Working to Close the Gap

I was born in cool and lusciously green Mount Gambier in SA in 1953.  I was the eldest of nine surviving children.  We lived between Mt Gambier and the western districts of Victoria until I was 10 years old, then we settled back in Mt Gambier for school at the local Mercy college. I had a great aunt who was a Sister of Mercy in Mt Gambier when I was there.  I talked about wanting to be a Sister of Mercy from about year 8 at school.  I left home and went nursing when my youngest sister was 2 years old, much to my parents’ dismay initially. 
  
I completed my nursing training at the Royal Adelaide Hospital and before the graduation ceremony I was off to the Kimberley as a lay-missionary. Two and half years later I was back in Perth, WA, where I completed a midwifery qualification. By then my family had re-located to the West. It was about then that I knew I was ready to commit to something more.  I asked to be able to return to Adelaide and join the Mercy group that I had grown up with.
 
With no Mercy hospital in SA there was some freedom for me in pursuing community nursing, with a particular focus on mothers and babies. The urge in me to find something other than marriage and motherhood was influenced by many of my teachers at school particularly music teachers which one is often able to have a closer relationship with.  This was reinforced by my parents, grandparents and extended family members. Henry Lawson’s story, The Drovers wife, was a story that captured my imagination as I was growing up.  For me it told my mum’s story in some respects, and left me with a deep sense that woman deserved better in life.  This has formed a passion in me that extends to all new mothers, Aboriginal women, as well as the women of East Timor. 
   
This Mercy journey now finds me back in Port Augusta for the third time, and managing life and work in a much more sustainable fashion.   The years maybe taking their toll on my joints but my spirit is recreated every day with a mix of cross cultural challenges at work, a thriving garden at home, and all the music and singing one could ever wish for.

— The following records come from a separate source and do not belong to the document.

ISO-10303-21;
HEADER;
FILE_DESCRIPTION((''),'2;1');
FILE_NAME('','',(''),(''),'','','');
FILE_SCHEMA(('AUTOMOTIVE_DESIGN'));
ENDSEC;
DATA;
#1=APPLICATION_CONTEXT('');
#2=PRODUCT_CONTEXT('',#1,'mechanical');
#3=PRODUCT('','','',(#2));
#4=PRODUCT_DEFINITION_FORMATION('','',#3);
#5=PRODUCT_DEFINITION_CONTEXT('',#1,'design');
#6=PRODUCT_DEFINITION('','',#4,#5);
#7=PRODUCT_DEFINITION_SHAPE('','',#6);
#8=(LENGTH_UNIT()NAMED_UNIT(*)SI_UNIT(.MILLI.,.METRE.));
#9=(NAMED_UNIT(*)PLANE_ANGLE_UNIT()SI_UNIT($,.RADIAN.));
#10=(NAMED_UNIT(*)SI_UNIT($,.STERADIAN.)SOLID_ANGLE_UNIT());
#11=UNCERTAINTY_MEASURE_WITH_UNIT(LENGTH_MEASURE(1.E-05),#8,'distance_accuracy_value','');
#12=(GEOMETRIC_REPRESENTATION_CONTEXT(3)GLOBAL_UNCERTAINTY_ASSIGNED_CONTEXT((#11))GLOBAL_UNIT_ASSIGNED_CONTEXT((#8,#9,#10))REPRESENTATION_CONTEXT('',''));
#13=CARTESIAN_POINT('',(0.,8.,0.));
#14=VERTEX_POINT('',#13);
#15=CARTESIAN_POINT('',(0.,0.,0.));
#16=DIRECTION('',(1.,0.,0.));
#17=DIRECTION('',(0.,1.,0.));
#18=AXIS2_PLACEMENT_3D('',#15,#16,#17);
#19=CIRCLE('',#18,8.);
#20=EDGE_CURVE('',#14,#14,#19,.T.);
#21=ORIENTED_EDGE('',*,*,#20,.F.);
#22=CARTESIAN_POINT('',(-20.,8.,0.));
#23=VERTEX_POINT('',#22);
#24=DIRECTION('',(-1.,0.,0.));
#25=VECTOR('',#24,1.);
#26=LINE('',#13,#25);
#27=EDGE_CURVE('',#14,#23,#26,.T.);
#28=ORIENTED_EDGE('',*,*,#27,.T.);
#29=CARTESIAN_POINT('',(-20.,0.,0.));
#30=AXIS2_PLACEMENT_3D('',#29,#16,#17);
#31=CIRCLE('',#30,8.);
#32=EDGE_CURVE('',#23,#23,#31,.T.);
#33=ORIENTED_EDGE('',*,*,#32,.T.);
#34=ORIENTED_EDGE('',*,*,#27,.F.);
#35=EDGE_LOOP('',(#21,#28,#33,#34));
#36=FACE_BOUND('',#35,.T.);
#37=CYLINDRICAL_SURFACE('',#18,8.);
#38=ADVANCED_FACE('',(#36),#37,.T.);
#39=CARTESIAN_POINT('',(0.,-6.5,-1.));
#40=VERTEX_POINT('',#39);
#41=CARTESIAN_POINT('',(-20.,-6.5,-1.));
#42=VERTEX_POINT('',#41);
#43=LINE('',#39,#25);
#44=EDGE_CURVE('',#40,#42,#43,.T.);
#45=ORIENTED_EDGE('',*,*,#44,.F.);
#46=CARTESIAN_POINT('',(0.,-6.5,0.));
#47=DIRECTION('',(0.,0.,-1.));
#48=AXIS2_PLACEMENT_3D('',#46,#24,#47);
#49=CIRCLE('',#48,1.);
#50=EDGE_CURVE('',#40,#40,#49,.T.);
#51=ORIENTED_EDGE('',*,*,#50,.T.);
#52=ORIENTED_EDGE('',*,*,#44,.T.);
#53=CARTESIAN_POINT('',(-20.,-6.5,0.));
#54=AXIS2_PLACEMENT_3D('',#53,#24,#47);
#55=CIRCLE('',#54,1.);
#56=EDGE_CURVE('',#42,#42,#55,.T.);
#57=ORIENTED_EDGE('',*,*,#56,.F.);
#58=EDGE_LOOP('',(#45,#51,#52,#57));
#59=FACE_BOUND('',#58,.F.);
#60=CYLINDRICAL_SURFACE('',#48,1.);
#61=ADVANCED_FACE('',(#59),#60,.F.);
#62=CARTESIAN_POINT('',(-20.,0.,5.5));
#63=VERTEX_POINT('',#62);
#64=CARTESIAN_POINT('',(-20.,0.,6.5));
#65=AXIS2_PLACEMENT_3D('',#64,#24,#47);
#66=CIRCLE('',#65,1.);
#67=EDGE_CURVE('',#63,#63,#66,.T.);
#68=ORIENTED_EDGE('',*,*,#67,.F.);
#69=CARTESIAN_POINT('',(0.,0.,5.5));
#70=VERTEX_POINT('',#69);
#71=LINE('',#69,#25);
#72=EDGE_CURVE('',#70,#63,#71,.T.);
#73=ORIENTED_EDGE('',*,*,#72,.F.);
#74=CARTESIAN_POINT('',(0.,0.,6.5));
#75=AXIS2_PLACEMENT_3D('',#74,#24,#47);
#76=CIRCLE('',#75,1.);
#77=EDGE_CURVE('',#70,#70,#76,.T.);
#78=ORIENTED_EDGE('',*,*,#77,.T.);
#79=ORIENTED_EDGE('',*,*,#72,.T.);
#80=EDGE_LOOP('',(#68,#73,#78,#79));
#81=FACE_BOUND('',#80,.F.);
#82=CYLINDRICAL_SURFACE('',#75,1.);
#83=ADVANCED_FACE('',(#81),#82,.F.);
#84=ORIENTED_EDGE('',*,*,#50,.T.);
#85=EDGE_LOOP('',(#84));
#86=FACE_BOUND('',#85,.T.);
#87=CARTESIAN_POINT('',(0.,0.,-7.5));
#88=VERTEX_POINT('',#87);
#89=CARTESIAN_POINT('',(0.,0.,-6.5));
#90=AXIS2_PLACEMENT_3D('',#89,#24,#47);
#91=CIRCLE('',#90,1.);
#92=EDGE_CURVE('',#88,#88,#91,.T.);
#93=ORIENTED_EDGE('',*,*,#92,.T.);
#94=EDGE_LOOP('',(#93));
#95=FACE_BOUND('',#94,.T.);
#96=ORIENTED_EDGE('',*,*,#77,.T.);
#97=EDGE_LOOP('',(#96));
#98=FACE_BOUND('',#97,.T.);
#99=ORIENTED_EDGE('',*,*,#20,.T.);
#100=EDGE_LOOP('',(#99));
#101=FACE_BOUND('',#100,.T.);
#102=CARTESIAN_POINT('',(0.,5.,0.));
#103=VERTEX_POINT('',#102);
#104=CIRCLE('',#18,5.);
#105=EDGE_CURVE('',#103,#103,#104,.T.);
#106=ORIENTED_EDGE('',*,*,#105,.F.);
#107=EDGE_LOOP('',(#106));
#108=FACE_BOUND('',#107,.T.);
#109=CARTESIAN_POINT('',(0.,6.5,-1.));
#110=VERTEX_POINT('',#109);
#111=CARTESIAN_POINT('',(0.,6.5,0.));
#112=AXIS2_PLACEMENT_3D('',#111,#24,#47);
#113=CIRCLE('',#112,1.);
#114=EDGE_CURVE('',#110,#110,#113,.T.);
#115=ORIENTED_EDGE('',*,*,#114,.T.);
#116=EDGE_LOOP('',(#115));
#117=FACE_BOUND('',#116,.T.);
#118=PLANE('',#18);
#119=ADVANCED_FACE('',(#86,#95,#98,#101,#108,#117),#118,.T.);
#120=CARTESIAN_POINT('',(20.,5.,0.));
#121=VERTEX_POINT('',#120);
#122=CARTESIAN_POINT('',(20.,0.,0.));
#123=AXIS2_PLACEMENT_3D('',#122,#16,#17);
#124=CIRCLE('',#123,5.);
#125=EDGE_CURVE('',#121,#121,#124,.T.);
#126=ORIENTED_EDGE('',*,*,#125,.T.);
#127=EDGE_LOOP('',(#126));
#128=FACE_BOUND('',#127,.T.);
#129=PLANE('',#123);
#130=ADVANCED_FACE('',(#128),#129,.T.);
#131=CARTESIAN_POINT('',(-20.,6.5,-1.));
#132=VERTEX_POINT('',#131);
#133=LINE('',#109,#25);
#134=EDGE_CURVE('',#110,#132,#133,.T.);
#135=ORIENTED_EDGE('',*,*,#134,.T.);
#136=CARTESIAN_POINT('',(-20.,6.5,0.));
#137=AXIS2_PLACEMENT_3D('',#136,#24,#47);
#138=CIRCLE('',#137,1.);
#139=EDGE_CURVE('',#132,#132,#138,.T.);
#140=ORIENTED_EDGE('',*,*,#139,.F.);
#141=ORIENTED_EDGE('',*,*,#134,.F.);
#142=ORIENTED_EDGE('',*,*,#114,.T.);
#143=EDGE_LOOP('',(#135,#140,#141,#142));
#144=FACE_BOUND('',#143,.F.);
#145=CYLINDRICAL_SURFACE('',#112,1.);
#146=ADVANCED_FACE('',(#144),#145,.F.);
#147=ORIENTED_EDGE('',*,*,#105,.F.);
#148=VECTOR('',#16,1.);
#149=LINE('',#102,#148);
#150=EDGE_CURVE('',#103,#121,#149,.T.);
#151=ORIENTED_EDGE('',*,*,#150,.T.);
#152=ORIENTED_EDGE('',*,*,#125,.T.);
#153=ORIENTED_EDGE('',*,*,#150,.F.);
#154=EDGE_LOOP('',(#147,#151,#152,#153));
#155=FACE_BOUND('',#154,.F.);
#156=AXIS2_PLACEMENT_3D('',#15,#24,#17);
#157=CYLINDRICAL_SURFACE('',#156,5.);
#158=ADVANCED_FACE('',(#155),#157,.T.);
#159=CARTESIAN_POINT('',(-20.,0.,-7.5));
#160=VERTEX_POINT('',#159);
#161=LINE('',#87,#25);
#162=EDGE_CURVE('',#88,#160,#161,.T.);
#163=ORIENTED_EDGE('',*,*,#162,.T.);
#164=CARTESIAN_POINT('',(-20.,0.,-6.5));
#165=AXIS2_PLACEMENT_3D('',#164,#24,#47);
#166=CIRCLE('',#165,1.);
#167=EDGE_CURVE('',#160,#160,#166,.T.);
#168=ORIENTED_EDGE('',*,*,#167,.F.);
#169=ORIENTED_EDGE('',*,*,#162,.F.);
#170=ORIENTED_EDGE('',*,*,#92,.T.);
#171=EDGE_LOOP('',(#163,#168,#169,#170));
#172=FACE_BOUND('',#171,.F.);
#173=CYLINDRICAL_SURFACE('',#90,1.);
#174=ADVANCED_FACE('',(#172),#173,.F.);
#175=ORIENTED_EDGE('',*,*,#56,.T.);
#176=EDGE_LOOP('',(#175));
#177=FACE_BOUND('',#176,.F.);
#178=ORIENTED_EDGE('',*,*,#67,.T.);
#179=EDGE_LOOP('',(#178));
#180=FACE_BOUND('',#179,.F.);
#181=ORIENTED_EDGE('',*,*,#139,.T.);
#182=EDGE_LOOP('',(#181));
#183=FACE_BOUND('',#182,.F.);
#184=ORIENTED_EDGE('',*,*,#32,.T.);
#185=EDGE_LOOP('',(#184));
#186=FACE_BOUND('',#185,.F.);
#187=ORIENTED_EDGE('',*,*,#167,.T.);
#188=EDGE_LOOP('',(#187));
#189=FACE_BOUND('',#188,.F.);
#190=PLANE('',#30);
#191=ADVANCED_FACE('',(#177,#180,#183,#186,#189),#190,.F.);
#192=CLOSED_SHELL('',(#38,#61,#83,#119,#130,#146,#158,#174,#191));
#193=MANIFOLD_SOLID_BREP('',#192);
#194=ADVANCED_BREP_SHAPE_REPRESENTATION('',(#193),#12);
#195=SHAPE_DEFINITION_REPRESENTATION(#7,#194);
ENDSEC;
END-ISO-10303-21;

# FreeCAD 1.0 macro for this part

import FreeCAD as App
import Part
import Sketcher
Q = App.Units.Quantity

doc = App.newDocument("Part")
params = doc.addObject("Spreadsheet::Sheet", "Params")
for row, (alias, value) in enumerate([
    ("sketch1_diameter", "16 mm"),
    ("pad1_length", "20 mm"),
    ("sketch2_diameter", "10 mm"),
    ("pad2_length", "20 mm"),
    ("sketch3_diameter", "2 mm"),
    ("hole_diameter", "2 mm"),
], start=1):
    params.set(f"A{row}", alias)
    params.set(f"B{row}", "=" + value)
    params.setAlias(f"B{row}", alias)

body = doc.addObject("PartDesign::Body", "Body")

# Sketch on YZ plane
sketch1 = body.newObject("Sketcher::SketchObject", "Sketch")
sketch1.AttachmentSupport = (doc.getObject("YZ_Plane"), [""])
sketch1.MapMode = "FlatFace"
sketch1.addGeometry(Part.Circle(App.Vector(0, 0, 0), App.Vector(0, 0, 1), 8), False)
sketch1.addConstraint([
    Sketcher.Constraint("Coincident", 0, 3, -1, 1),
    Sketcher.Constraint("Diameter", 0, Q("16 mm")),
])
sketch1.setExpression("Constraints[1]", "Params.sketch1_diameter")
pad1 = body.newObject("PartDesign::Pad", "Pad")
pad1.Profile = sketch1
pad1.setExpression("Length", "Params.pad1_length")
pad1.Reversed = True

# Sketch on YZ plane
sketch2 = body.newObject("Sketcher::SketchObject", "Sketch001")
sketch2.AttachmentSupport = (doc.getObject("YZ_Plane"), [""])
sketch2.MapMode = "FlatFace"
sketch2.addGeometry(Part.Circle(App.Vector(0, 0, 0), App.Vector(0, 0, 1), 5), False)
sketch2.addConstraint([
    Sketcher.Constraint("Coincident", 0, 3, -1, 1),
    Sketcher.Constraint("Diameter", 0, Q("10 mm")),
])
sketch2.setExpression("Constraints[1]", "Params.sketch2_diameter")
pad2 = body.newObject("PartDesign::Pad", "Pad001")
pad2.Profile = sketch2
pad2.setExpression("Length", "Params.pad2_length")

# Sketch on YZ plane
sketch3 = body.newObject("Sketcher::SketchObject", "Sketch002")
sketch3.AttachmentSupport = (doc.getObject("YZ_Plane"), [""])
sketch3.MapMode = "FlatFace"
sketch3.addGeometry([
    Part.Circle(App.Vector(6.5, 0, 0), App.Vector(0, 0, 1), 1),
    Part.Circle(App.Vector(0, 6.5, 0), App.Vector(0, 0, 1), 1),
    Part.Circle(App.Vector(-6.5, 0, 0), App.Vector(0, 0, 1), 1),
    Part.Circle(App.Vector(0, -6.5, 0), App.Vector(0, 0, 1), 1),
], False)
sketch3.addConstraint([
    Sketcher.Constraint("Equal", 0, 1),
    Sketcher.Constraint("Equal", 1, 2),
    Sketcher.Constraint("Equal", 2, 3),
    Sketcher.Constraint("Symmetric", 0, 3, 2, 3, -1, 1),
    Sketcher.Constraint("Symmetric", 1, 3, 3, 3, -1, 1),
    Sketcher.Constraint("PointOnObject", 0, 3, -1),
    Sketcher.Constraint("PointOnObject", 1, 3, -2),
    Sketcher.Constraint("Diameter", 0, Q("2 mm")),
    Sketcher.Constraint("DistanceX", 2, 3, 0, 3, Q("13 mm")),
    Sketcher.Constraint("DistanceY", 3, 3, 1, 3, Q("13 mm")),
])
sketch3.setExpression("Constraints[7]", "Params.sketch3_diameter")
doc.recompute()
hole = body.newObject("PartDesign::Hole", "Hole")
hole.Profile = sketch3
hole.ThreadType = "None"
hole.setExpression("Diameter", "Params.hole_diameter")
hole.DepthType = "ThroughAll"

doc.recompute()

Last year (2013) I was privileged to have a few months of renewal time at Glenburn’s Eco-spirituality centre in Victoria. The most wonderful part was being able to slip into the rhythm of life on the edge of the Toolangi Forest, recently recovered from the Black Saturday bushfires.  The obvious regeneration was a lovely sign of hope for me, the unpredictable encounters with curious birds was a truly renewing experience. The gift of that time has stayed with me ever since… a sense of gratitude for life, the beauty in all things and the wonder of our created universe.
  
Back home with Elizabeth Young, the garden at 2 Hall Street has been transformed, names of local birds roll off my tongue as easily as ABC… and in this winter season in the north of the our state we are blessed with a green we rarely seen.  It could almost rival the Emerald Isle where we recently joined this years’ Mercy Ethos group.  That’s another story that can be followed through the Mercy webpage.